SCHWEEEEEEET! I'LL GIVE IT A GO! as long as this qualifies as a "pocket knife"







its small in Australia or so i hear? if not than i can give it a go with my buck 112? an oldie but a goodie!


----------



## August West

Sounds like fun. I'm in. Chris


----------



## mckee

I need to get this one properly finished so here it is this is just with a knife, I will get better pics tomorrow. I will get another for that is dedicates just to this purpose of using a knife.


----------



## mckee

it's got a finger and thumb groove and palmswell and carved to fit my hand


----------



## Bob Fionda

That's a great idea mate!
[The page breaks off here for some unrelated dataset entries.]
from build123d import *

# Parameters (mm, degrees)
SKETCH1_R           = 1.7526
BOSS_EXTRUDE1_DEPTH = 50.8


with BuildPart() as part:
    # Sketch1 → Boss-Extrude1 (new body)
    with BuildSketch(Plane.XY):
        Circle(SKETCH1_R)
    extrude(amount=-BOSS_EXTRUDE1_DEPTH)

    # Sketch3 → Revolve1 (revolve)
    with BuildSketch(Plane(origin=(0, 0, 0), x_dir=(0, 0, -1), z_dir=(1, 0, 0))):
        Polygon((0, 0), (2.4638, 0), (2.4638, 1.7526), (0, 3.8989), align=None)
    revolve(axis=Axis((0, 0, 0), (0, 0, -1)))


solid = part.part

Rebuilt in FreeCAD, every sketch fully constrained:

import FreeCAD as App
import Part
import Sketcher
from FreeCAD import Vector
Q = App.Units.Quantity


def add_polygon(sketch, points):
    """Adds a closed chain of lines whose ends are joined by coincident constraints."""
    first, n = sketch.GeometryCount, len(points)
    for a, b in zip(points, points[1:] + points[:1]):
        sketch.addGeometry(Part.LineSegment(App.Vector(*a, 0), App.Vector(*b, 0)), False)
    for i in range(n):
        sketch.addConstraint(Sketcher.Constraint("Coincident", first + i, 2, first + (i + 1) % n, 1))

doc = App.newDocument("Part")
body = doc.addObject("PartDesign::Body", "Body")

sketch1 = body.newObject("Sketcher::SketchObject", "Sketch")
sketch1.AttachmentSupport = (doc.getObject("XY_Plane"), [""])
sketch1.MapMode = "FlatFace"
sketch1.addGeometry(Part.Circle(Vector(0, 0, 0), Vector(0, 0, 1), 1.8), False)
sketch1.addConstraint(Sketcher.Constraint("Coincident", 0, 3, -1, 1))
sketch1.addConstraint(Sketcher.Constraint("Diameter", 0, Q("0.138 in")))
pad1 = body.newObject("PartDesign::Pad", "Pad")
pad1.Profile = sketch1
pad1.Length = Q("2 in")
pad1.Reversed = True

sketch2 = body.newObject("Sketcher::SketchObject", "Sketch001")
sketch2.AttachmentSupport = (doc.getObject("YZ_Plane"), [""])
sketch2.MapMode = "FlatFace"
add_polygon(sketch2, [(0, 0), (0, -2.5), (1.8, -2.5), (3.9, 0)])
sketch2.addConstraint(Sketcher.Constraint("Vertical", 0))
sketch2.addConstraint(Sketcher.Constraint("Horizontal", 1))
sketch2.addConstraint(Sketcher.Constraint("Horizontal", 3))
sketch2.addConstraint(Sketcher.Constraint("Coincident", 3, 2, -1, 1))
sketch2.addConstraint(Sketcher.Constraint("DistanceX", 1, 1, 1, 2, Q("0.069 in")))
sketch2.addConstraint(Sketcher.Constraint("DistanceY", 0, 2, 0, 1, Q("0.097 in")))
sketch2.addConstraint(Sketcher.Constraint("DistanceX", 3, 2, 3, 1, Q("0.1535 in")))
revolution = body.newObject("PartDesign::Revolution", "Revolution")
revolution.Profile = sketch2
revolution.ReferenceAxis = (sketch2, ["V_Axis"])
revolution.Angle = 360

doc.recompute()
I'm in, I'll post the knife will use to carve my natural. Best, Bob


----------



## The Gopher

You can use that knife convert, but the fine details will get harder. Knife selection for this project is key, as well as fork selection...i'm staying away from hickory!


----------



## pop shot

Hmm, this sounds fun! Gotta find the right fork and knife...


----------



## newconvert

The Gopher said:


> You can use that knife convert, but the fine details will get harder. Knife selection for this project is key, as well as fork selection...i'm staying away from hickory!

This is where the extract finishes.